Once the n points move to their mean, they fade to a low transparaency. This allows the viewer to see the density distribution when many mean points are generated.

The color red is used to connect the box that sweeps from right to left to the plot of the cumulative distribution function on the right hand side of the graphic. This reminds the viewer that the cdf is generated, loosely speaking, by sweeping from left to right accumulating points along the way.

The total number of esthetic modalities in our visualization is quite small. For a complex concept, a simple illustration is crucial.

Filtering

Filtering is used only in the sense that the actual data that generate the visualization, i.e. the individual sample draws from the uniform distribution on the square, are only shown transiently: these points are shown for an instant before moving to the calculated mean point and permanently disappearing from the visualization.
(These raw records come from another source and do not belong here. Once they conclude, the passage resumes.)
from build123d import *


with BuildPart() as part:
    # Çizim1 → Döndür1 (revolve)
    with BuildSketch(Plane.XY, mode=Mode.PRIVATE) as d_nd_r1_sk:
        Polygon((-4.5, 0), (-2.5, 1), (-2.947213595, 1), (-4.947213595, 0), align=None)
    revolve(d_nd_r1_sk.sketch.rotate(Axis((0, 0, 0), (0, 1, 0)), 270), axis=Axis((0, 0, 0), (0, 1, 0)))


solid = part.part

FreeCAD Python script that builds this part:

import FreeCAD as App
import Part
import Sketcher

V = App.Vector
Q = App.Units.Quantity

doc = App.newDocument("Part")
body = doc.addObject("PartDesign::Body", "Body")

sketch1 = body.newObject("Sketcher::SketchObject", "Sketch")
sketch1.AttachmentSupport = (doc.getObject("XY_Plane"), [""])
sketch1.MapMode = "FlatFace"
sketch1.addGeometry(Part.LineSegment(V(-4.5, 0, 0), V(-2.5, 1, 0)), False)
sketch1.addGeometry(Part.LineSegment(V(-2.5, 1, 0), V(-2.947214, 1, 0)), False)
sketch1.addGeometry(Part.LineSegment(V(-2.947214, 1, 0), V(-4.947214, 0, 0)), False)
sketch1.addGeometry(Part.LineSegment(V(-4.947214, 0, 0), V(-4.5, 0, 0)), False)
sketch1.addConstraint(Sketcher.Constraint("Coincident", 0, 2, 1, 1))
sketch1.addConstraint(Sketcher.Constraint("Coincident", 1, 2, 2, 1))
sketch1.addConstraint(Sketcher.Constraint("Coincident", 2, 2, 3, 1))
sketch1.addConstraint(Sketcher.Constraint("Coincident", 3, 2, 0, 1))
sketch1.addConstraint(Sketcher.Constraint("Horizontal", 1))
sketch1.addConstraint(Sketcher.Constraint("Horizontal", 3))
sketch1.addConstraint(Sketcher.Constraint("PointOnObject", 2, 2, -1))
sketch1.addConstraint(Sketcher.Constraint("Parallel", 0, 2))
sketch1.addConstraint(Sketcher.Constraint("DistanceY", -1, 1, 0, 2, Q("1 mm")))
sketch1.addConstraint(Sketcher.Constraint("DistanceX", 2, 2, 1, 2, Q("2 mm")))
sketch1.addConstraint(Sketcher.Constraint("DistanceX", 0, 2, -1, 1, Q("2.5 mm")))
sketch1.addConstraint(Sketcher.Constraint("DistanceX", 1, 2, 1, 1, Q("0.447214 mm")))
revolution = body.newObject("PartDesign::Revolution", "Revolution")
revolution.Profile = sketch1
revolution.ReferenceAxis = (sketch1, ["V_Axis"])
revolution.Angle = 360

doc.recompute()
This way of filtering the data keeps the plot from becoming overly crowded. Although we could have used color to distinguish between sample points and sample means, we believe this would have cluttered the plot in such a way that the explanatory power of the graphic would be diminished.

Extra ink

There is not too much in the way of non-data ink in our visualization. Perhaps one element that might be considered chartjunk by Edward Tufte's standards is the set of chart borders. Not only do we plot the entire x and y axes, but we also include chart borders on the upper and right side of the plot.

We believe that despite contributing non-data ink, these elements help remind the reader of the scope of the underlying uniform distribution. They also allow the viewer to more easily locate the center of this distribution and verify that this is also the center of the bivariate normal distribution of the sampling means.

Motion

As mentioned above, motion is used to illustrate n sample points converging upon their sample mean. This use of motion is inspired by Plewa's D3 visualization which takes one-dimensional sample means. Although this approach is certainly correct, we think it is not immediately clear that the animation illustrates the process of averaging sample points.
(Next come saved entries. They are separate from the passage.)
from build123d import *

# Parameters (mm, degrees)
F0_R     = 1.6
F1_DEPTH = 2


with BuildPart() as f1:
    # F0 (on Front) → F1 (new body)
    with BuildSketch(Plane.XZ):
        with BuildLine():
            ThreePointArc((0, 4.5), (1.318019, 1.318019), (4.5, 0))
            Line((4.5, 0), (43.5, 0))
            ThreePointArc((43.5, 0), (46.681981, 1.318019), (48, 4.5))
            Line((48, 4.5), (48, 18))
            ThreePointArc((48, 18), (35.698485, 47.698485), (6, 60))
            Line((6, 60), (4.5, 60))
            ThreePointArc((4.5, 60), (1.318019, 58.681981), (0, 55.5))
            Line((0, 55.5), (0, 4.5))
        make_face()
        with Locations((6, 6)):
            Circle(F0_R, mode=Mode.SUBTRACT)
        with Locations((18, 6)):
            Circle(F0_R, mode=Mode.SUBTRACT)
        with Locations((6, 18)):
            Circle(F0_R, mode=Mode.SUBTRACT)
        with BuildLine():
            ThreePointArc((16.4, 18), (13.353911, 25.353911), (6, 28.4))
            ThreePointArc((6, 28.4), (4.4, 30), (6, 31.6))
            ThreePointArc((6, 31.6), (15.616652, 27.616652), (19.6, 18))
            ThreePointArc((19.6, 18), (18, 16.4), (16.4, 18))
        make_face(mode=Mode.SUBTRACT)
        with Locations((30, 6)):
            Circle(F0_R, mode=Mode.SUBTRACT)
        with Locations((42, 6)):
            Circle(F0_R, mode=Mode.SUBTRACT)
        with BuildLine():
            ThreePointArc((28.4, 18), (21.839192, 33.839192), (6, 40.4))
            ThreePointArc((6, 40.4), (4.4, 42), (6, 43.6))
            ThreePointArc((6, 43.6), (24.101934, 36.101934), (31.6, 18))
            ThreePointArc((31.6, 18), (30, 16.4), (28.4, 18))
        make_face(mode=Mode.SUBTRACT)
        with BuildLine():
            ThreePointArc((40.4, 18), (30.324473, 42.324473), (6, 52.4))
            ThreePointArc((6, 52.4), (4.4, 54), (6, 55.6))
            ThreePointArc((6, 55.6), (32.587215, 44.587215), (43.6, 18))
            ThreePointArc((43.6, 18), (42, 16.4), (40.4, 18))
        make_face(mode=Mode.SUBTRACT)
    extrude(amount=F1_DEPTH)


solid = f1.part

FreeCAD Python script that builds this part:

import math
import FreeCAD as App
import Part
import Sketcher

V = App.Vector
Q = App.Units.Quantity

doc = App.newDocument("Part")
body = doc.addObject("PartDesign::Body", "Body")

# Sketch on XZ plane
sketch1 = body.newObject("Sketcher::SketchObject", "Sketch")
sketch1.AttachmentSupport = (doc.getObject("XZ_Plane"), [""])
sketch1.MapMode = "FlatFace"
sketch1.addGeometry(Part.ArcOfCircle(Part.Circle(V(4.5, 4.5, 0), V(0, 0, 1), 4.5), math.radians(180), math.radians(270)), False)
sketch1.addGeometry(Part.LineSegment(V(4.5, 0, 0), V(43.5, 0, 0)), False)
sketch1.addGeometry(Part.ArcOfCircle(Part.Circle(V(43.5, 4.5, 0), V(0, 0, 1), 4.5), math.radians(-90), math.radians(0)), False)
sketch1.addGeometry(Part.LineSegment(V(48, 4.5, 0), V(48, 18, 0)), False)
sketch1.addGeometry(Part.ArcOfCircle(Part.Circle(V(6, 18, 0), V(0, 0, 1), 42), math.radians(0), math.radians(90)), False)
sketch1.addGeometry(Part.LineSegment(V(6, 60, 0), V(4.5, 60, 0)), False)
sketch1.addGeometry(Part.ArcOfCircle(Part.Circle(V(4.5, 55.5, 0), V(0, 0, 1), 4.5), math.radians(90), math.radians(180)), False)
sketch1.addGeometry(Part.LineSegment(V(0, 55.5, 0), V(0, 4.5, 0)), False)
sketch1.addGeometry(Part.Circle(V(6, 6, 0), V(0, 0, 1), 1.6), False)
sketch1.addGeometry(Part.Circle(V(18, 6, 0), V(0, 0, 1), 1.6), False)
sketch1.addGeometry(Part.Circle(V(6, 18, 0), V(0, 0, 1), 1.6), False)
sketch1.addGeometry(Part.ArcOfCircle(Part.Circle(V(18, 18, 0), V(0, 0, 1), 1.6), math.radians(180), math.radians(360)), False)
sketch1.addGeometry(Part.ArcOfCircle(Part.Circle(V(6, 18, 0), V(0, 0, 1), 10.4), math.radians(0), math.radians(90)), False)
sketch1.addGeometry(Part.ArcOfCircle(Part.Circle(V(6, 30, 0), V(0, 0, 1), 1.6), math.radians(90), math.radians(270)), False)
sketch1.addGeometry(Part.ArcOfCircle(Part.Circle(V(6, 18, 0), V(0, 0, 1), 13.6), math.radians(0), math.radians(90)), False)
sketch1.addGeometry(Part.Circle(V(30, 6, 0), V(0, 0, 1), 1.6), False)
sketch1.addGeometry(Part.Circle(V(42, 6, 0), V(0, 0, 1), 1.6), False)
sketch1.addGeometry(Part.ArcOfCircle(Part.Circle(V(30, 18, 0), V(0, 0, 1), 1.6), math.radians(180), math.radians(360)), False)
sketch1.addGeometry(Part.ArcOfCircle(Part.Circle(V(6, 18, 0), V(0, 0, 1), 22.4), math.radians(0), math.radians(90)), False)
sketch1.addGeometry(Part.ArcOfCircle(Part.Circle(V(6, 42, 0), V(0, 0, 1), 1.6), math.radians(90), math.radians(270)), False)
sketch1.addGeometry(Part.ArcOfCircle(Part.Circle(V(6, 18, 0), V(0, 0, 1), 25.6), math.radians(0), math.radians(90)), False)
sketch1.addGeometry(Part.ArcOfCircle(Part.Circle(V(42, 18, 0), V(0, 0, 1), 1.6), math.radians(180), math.radians(360)), False)
sketch1.addGeometry(Part.ArcOfCircle(Part.Circle(V(6, 18, 0), V(0, 0, 1), 34.4), math.radians(0), math.radians(90)), False)
sketch1.addGeometry(Part.ArcOfCircle(Part.Circle(V(6, 54, 0), V(0, 0, 1), 1.6), math.radians(90), math.radians(270)), False)
sketch1.addGeometry(Part.ArcOfCircle(Part.Circle(V(6, 18, 0), V(0, 0, 1), 37.6), math.radians(0), math.radians(90)), False)
sketch1.addConstraint(Sketcher.Constraint("Tangent", 0, 2, 1, 1))
sketch1.addConstraint(Sketcher.Constraint("Tangent", 1, 2, 2, 1))
sketch1.addConstraint(Sketcher.Constraint("Tangent", 2, 2, 3, 1))
sketch1.addConstraint(Sketcher.Constraint("Tangent", 3, 2, 4, 1))
sketch1.addConstraint(Sketcher.Constraint("Tangent", 4, 2, 5, 1))
sketch1.addConstraint(Sketcher.Constraint("Tangent", 5, 2, 6, 1))
sketch1.addConstraint(Sketcher.Constraint("Tangent", 6, 2, 7, 1))
sketch1.addConstraint(Sketcher.Constraint("Tangent", 7, 2, 0, 1))
sketch1.addConstraint(Sketcher.Constraint("Tangent", 11, 1, 12, 1))
sketch1.addConstraint(Sketcher.Constraint("Tangent", 12, 2, 13, 2))
sketch1.addConstraint(Sketcher.Constraint("Tangent", 13, 1, 14, 2))
sketch1.addConstraint(Sketcher.Constraint("Tangent", 14, 1, 11, 2))
sketch1.addConstraint(Sketcher.Constraint("Tangent", 17, 1, 18, 1))
sketch1.addConstraint(Sketcher.Constraint("Tangent", 18, 2, 19, 2))
sketch1.addConstraint(Sketcher.Constraint("Tangent", 19, 1, 20, 2))
sketch1.addConstraint(Sketcher.Constraint("Tangent", 20, 1, 17, 2))
sketch1.addConstraint(Sketcher.Constraint("Tangent", 21, 1, 22, 1))
sketch1.addConstraint(Sketcher.Constraint("Tangent", 22, 2, 23, 2))
sketch1.addConstraint(Sketcher.Constraint("Tangent", 23, 1, 24, 2))
sketch1.addConstraint(Sketcher.Constraint("Tangent", 24, 1, 21, 2))
sketch1.addConstraint(Sketcher.Constraint("Horizontal", 1))
sketch1.addConstraint(Sketcher.Constraint("Vertical", 3))
sketch1.addConstraint(Sketcher.Constraint("Horizontal", 5))
sketch1.addConstraint(Sketcher.Constraint("Vertical", 7))
sketch1.addConstraint(Sketcher.Constraint("Coincident", 10, 3, 4, 3))
sketch1.addConstraint(Sketcher.Constraint("Coincident", 12, 3, 4, 3))
sketch1.addConstraint(Sketcher.Constraint("Coincident", 14, 3, 4, 3))
sketch1.addConstraint(Sketcher.Constraint("Coincident", 18, 3, 4, 3))
sketch1.addConstraint(Sketcher.Constraint("Coincident", 20, 3, 4, 3))
sketch1.addConstraint(Sketcher.Constraint("Coincident", 22, 3, 4, 3))
sketch1.addConstraint(Sketcher.Constraint("Coincident", 24, 3, 4, 3))
sketch1.addConstraint(Sketcher.Constraint("Equal", 0, 2))
sketch1.addConstraint(Sketcher.Constraint("Equal", 2, 6))
sketch1.addConstraint(Sketcher.Constraint("Equal", 8, 9))
sketch1.addConstraint(Sketcher.Constraint("Equal", 9, 10))
sketch1.addConstraint(Sketcher.Constraint("Equal", 10, 11))
sketch1.addConstraint(Sketcher.Constraint("Equal", 13, 15))
sketch1.addConstraint(Sketcher.Constraint("Equal", 15, 16))
sketch1.addConstraint(Sketcher.Constraint("Equal", 16, 17))
sketch1.addConstraint(Sketcher.Constraint("Equal", 19, 21))
sketch1.addConstraint(Sketcher.Constraint("PointOnObject", 0, 2, -1))
sketch1.addConstraint(Sketcher.Constraint("PointOnObject", 6, 2, -2))
sketch1.addConstraint(Sketcher.Constraint("Horizontal", 8, 3, 9, 3))
sketch1.addConstraint(Sketcher.Constraint("Horizontal", 10, 3, 11, 3))
sketch1.addConstraint(Sketcher.Constraint("Horizontal", 9, 3, 15, 3))
sketch1.addConstraint(Sketcher.Constraint("Horizontal", 15, 3, 16, 3))
sketch1.addConstraint(Sketcher.Constraint("Horizontal", 14, 3, 17, 3))
sketch1.addConstraint(Sketcher.Constraint("Horizontal", 20, 3, 21, 3))
sketch1.addConstraint(Sketcher.Constraint("Vertical", 4, 3, 8, 3))
sketch1.addConstraint(Sketcher.Constraint("Vertical", 9, 3, 11, 3))
sketch1.addConstraint(Sketcher.Constraint("Vertical", 12, 3, 13, 3))
sketch1.addConstraint(Sketcher.Constraint("Vertical", 15, 3, 17, 3))
sketch1.addConstraint(Sketcher.Constraint("Vertical", 18, 3, 19, 3))
sketch1.addConstraint(Sketcher.Constraint("Vertical", 16, 3, 21, 3))
sketch1.addConstraint(Sketcher.Constraint("Vertical", 22, 3, 23, 3))
sketch1.addConstraint(Sketcher.Constraint("Radius", 4, Q("41.999999 mm")))
sketch1.addConstraint(Sketcher.Constraint("Diameter", 8, Q("3.2 mm")))
sketch1.addConstraint(Sketcher.Constraint("Radius", 0, Q("4.499998 mm")))
sketch1.addConstraint(Sketcher.Constraint("Radius", 12, Q("10.399998 mm")))
sketch1.addConstraint(Sketcher.Constraint("Radius", 18, Q("22.4 mm")))
sketch1.addConstraint(Sketcher.Constraint("Radius", 22, Q("34.400001 mm")))
sketch1.addConstraint(Sketcher.Constraint("DistanceX", 1, 1, 1, 2, Q("39 mm")))
sketch1.addConstraint(Sketcher.Constraint("DistanceY", 7, 2, 7, 1, Q("51 mm")))
sketch1.addConstraint(Sketcher.Constraint("DistanceY", -1, 1, 8, 3, Q("6 mm")))
pad1 = body.newObject("PartDesign::Pad", "Pad")
pad1.Profile = sketch1
pad1.Length = 2

doc.recompute()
Somehow, using an additional dimension makes it easier to recognize that the sample points are moving to their collective center of mass, thus bridging the gap between intuition and theory.

Perspective

Many aspects of the visualization are fixed in ways that are not strictly necessary as dictated by the statistical results of the CLT:

• Each sample point is always taken from a uniform distribution over the square, whereas the CLT is much more general and applies to many other distributions.
• The red box always sweeps from left to right. The rotational symmetry of the bivariate normal distribution implies that a box sweeping in any direction should generate a normal cdf.
• Sample sizes are limited to the range [0,20]. This is sufficient to see how the bivariate normal is "narrower" for larger sample sizes, but of course in reality larger sample sizes are often used.

Ultimately, the gains in simplicity were worth the sacrifices in generalizability for us. Although someone with training in statistics might desire additional interactive functionality, we aimed to keep the graphic at a level that would ensure its accessiblity to any educated layperson.

Assessment

In sum, we hope that we have created a tool that is at least somewhat useful in helping people understand a nontrivial statistical theorem. We think that using two dimensions is actually helpful for understanding both the univariate and multivariate versions of the central limit theorem.

One important future addition to our visualization would be an empirical histogram of the sample means in addition to the cdf that exists in the current version of the project. The bell curve is iconic among statisticians and non-statisticians alike; a presentation of a histogram that mimics this curve would serve to demonstrate the CLT's main conclusion.